Wild Species 2015: plant kingdom
Bryophytes refer to the phyla Marchantiophyta (liverworts), Bryophyta (mosses) and Anthocerotophyta (hornworts). They are simple plants that typically grow low to the ground in moist environments. Lacking true roots and vessels, they absorb water and nutrients directly across their surface. This limits their size, as without woody tissue they don’t have the rigidity to grow tall. When dry, growth and metabolism stop until moisture revives them. They can reproduce asexually when water is scarce, or sexually by producing spores that are usually wind dispersed. Only a small fraction of spores land in conditions suitable for growth. Some species counter this by producing many millions of spores, while a few, such as the dung mosses, attract flies to deliver spores directly to their favoured growth medium: excrement. Bryophytes are ecologically significant, particularly in boreal and western coastal forest, alpine areas, and tundra. They colonize bare rock and affect water runoff, nutrient cycling, soil formation, and ground temperature. Sphagnum mosses are harvested on an industrial scale in several parts of Canada and used as soil amendments, chemical absorbent, wrapping material for plants, and component of menstrual pads. Canadian bryophyte distribution is understood at a general but not at a detailed scale, and mosses are better studied than either hornworts or liverworts. Threats to bryophytes include habitat loss and climate change.
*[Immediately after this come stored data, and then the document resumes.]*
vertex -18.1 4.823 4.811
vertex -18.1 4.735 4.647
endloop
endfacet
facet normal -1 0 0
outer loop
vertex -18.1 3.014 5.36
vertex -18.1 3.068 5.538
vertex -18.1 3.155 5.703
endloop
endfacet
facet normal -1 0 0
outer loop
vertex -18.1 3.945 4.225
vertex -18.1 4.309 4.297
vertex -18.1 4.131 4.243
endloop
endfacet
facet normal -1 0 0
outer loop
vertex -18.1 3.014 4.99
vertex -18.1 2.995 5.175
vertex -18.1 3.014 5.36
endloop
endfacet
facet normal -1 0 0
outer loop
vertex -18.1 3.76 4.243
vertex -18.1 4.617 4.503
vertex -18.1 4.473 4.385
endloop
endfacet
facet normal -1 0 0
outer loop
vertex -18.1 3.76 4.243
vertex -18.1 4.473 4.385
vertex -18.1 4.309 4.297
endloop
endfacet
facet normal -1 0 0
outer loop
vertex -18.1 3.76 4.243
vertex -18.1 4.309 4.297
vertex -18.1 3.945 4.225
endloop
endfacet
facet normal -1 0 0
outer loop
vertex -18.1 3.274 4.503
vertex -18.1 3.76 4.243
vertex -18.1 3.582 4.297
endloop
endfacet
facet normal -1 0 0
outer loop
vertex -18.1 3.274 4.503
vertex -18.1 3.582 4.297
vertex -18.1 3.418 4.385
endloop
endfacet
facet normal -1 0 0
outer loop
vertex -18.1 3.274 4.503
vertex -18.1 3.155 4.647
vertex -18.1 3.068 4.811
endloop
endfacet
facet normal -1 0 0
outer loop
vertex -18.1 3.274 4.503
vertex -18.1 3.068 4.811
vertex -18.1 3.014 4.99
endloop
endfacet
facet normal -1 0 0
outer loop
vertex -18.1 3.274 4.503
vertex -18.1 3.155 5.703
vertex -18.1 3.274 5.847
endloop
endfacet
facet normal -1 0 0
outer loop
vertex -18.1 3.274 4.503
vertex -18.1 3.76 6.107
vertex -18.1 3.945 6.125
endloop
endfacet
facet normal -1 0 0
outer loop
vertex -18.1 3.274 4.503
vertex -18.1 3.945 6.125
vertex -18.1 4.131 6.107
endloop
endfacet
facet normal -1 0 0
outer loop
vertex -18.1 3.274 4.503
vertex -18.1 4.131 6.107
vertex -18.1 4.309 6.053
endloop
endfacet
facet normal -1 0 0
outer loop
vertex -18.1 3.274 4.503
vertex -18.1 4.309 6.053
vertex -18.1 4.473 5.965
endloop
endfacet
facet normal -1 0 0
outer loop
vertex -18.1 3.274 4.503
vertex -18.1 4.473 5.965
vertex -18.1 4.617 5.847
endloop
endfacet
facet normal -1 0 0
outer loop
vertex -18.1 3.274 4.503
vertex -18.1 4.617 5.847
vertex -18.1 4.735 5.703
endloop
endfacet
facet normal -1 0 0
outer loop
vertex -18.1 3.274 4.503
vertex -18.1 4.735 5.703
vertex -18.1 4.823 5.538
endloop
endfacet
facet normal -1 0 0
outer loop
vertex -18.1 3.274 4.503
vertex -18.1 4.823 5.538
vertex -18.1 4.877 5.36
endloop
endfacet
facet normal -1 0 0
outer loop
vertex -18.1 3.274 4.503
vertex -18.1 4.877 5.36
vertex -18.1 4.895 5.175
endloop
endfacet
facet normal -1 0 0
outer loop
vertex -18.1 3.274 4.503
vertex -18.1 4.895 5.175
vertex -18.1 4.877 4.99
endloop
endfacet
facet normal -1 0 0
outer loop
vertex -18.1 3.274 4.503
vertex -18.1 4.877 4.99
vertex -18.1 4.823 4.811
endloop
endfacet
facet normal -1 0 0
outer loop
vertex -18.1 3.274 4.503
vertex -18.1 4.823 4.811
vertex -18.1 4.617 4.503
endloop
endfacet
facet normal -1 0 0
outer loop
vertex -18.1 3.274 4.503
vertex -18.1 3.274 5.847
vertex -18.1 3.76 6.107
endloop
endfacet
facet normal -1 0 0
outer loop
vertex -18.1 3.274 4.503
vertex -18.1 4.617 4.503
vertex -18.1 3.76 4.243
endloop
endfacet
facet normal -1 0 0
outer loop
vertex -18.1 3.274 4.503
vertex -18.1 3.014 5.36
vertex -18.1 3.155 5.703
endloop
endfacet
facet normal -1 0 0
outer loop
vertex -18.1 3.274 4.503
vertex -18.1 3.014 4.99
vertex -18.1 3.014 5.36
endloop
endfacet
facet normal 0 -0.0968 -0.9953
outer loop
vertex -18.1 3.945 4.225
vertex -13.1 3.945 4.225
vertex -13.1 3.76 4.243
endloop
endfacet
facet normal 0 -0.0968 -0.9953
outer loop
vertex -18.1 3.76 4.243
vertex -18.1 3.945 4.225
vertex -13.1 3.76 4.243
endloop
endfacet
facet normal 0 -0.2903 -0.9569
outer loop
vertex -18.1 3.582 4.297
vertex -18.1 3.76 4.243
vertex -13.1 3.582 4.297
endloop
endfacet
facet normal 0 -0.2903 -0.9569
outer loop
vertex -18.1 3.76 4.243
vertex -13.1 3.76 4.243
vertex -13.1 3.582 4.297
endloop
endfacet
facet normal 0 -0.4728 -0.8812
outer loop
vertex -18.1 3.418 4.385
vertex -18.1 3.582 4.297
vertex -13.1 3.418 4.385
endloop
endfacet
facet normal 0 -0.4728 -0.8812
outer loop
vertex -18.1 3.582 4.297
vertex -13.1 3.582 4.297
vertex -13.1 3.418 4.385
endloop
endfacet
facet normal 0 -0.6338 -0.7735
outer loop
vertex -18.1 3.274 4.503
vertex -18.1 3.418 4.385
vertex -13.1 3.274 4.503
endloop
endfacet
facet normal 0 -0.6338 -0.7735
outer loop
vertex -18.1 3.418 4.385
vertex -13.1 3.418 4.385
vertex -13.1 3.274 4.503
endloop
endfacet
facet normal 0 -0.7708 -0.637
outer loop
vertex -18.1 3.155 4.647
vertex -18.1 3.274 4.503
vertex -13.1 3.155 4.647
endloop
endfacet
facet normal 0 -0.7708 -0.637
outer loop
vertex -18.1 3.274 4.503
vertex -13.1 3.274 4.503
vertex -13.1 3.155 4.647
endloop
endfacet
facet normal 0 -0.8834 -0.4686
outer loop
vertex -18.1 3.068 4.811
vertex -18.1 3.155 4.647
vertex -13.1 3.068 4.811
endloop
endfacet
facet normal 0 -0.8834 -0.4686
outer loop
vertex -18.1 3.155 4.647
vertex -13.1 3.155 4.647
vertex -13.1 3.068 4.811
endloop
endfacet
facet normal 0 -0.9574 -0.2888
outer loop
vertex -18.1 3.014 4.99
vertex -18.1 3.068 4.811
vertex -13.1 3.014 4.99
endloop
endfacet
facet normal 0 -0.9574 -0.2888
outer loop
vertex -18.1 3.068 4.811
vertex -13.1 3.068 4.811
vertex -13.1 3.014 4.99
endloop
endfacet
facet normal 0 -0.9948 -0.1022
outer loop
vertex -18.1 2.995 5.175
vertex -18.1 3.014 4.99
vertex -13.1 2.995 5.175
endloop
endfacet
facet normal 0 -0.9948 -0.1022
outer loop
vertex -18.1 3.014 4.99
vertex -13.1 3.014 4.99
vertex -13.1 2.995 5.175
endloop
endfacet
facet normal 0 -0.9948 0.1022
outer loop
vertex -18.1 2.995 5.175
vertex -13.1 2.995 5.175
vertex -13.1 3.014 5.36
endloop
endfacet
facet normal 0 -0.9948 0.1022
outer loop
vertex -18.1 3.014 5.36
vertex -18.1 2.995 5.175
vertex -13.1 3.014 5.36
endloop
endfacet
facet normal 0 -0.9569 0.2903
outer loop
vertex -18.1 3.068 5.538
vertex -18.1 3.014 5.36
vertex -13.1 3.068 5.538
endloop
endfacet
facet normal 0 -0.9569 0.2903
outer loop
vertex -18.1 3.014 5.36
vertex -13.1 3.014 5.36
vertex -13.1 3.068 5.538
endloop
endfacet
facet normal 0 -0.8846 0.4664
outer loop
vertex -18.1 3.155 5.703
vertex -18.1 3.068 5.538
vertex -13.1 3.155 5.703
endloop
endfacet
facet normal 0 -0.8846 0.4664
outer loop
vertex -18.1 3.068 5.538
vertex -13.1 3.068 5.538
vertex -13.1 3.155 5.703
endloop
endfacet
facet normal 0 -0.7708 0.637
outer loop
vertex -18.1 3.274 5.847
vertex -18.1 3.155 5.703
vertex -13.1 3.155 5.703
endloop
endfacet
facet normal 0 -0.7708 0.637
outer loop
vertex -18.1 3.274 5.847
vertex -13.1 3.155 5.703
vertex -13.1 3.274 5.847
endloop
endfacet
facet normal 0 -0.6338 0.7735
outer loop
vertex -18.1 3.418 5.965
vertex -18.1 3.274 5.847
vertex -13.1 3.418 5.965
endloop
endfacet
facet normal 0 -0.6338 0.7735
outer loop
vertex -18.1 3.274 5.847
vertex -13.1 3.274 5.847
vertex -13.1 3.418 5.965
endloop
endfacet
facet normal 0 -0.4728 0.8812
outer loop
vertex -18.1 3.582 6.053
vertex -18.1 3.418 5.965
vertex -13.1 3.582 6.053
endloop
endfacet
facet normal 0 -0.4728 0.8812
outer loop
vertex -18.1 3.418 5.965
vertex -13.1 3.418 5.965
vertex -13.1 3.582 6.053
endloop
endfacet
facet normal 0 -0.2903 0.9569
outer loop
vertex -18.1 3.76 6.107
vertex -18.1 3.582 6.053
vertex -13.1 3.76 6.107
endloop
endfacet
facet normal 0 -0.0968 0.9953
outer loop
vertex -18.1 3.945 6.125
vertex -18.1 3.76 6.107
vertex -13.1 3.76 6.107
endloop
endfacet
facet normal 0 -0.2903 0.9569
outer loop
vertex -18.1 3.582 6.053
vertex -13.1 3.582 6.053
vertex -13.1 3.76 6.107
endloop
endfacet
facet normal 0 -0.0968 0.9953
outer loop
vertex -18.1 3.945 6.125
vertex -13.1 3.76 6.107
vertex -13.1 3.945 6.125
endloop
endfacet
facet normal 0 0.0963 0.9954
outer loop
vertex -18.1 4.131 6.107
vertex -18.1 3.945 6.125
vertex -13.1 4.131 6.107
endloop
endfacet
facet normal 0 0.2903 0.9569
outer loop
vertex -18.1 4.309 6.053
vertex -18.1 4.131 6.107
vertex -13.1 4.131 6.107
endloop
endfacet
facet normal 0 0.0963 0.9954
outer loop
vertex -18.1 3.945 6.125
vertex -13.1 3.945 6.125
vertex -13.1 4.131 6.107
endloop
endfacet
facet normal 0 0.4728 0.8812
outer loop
There are 1375 known species of bryophytes in Canada (Figure 6). Many species are apparently secure or secure (47%). There are two species that are presumed extirpated, one species that is possibly extirpated, 75 species that are critically imperiled, and 85 species that are imperiled. Of these 163 species, 84 have only a small part of their range in Canada (10% or less) and 64 are intermediary (from 11% to 74%). However, 15 species have 75% or more of their range in Canada. Among those, eight species are thought to be endemic to Canada: Anastrophyllum tenue, Calliergon orbicularicordatum, Frullania hattoriana, Neomacounia nitida, Scapania diplophylloides, Seligeria careyana, Sphagnum venustum, Trematodon montanus. In total, 27 species have a high priority score (between 1 and 5). We also identified nine species that are exotic at the national level. We do not have enough knowledge on 398 species to give them a rank other than NU or NNR. No species of bryophytes are considered migratory.
The mosses were assessed in the Wild Species 2010 report. Since then, 305 species had a change in their status at the national level. A total of 49 species had an increased level of risk, 25 species had a reduced level of risk, and 158 species were changed from or to ranks U, NR, NA. Also, 52 species have been added to the list and 21 have been deleted from the list. Most of the changes (72%) are due to a procedural change.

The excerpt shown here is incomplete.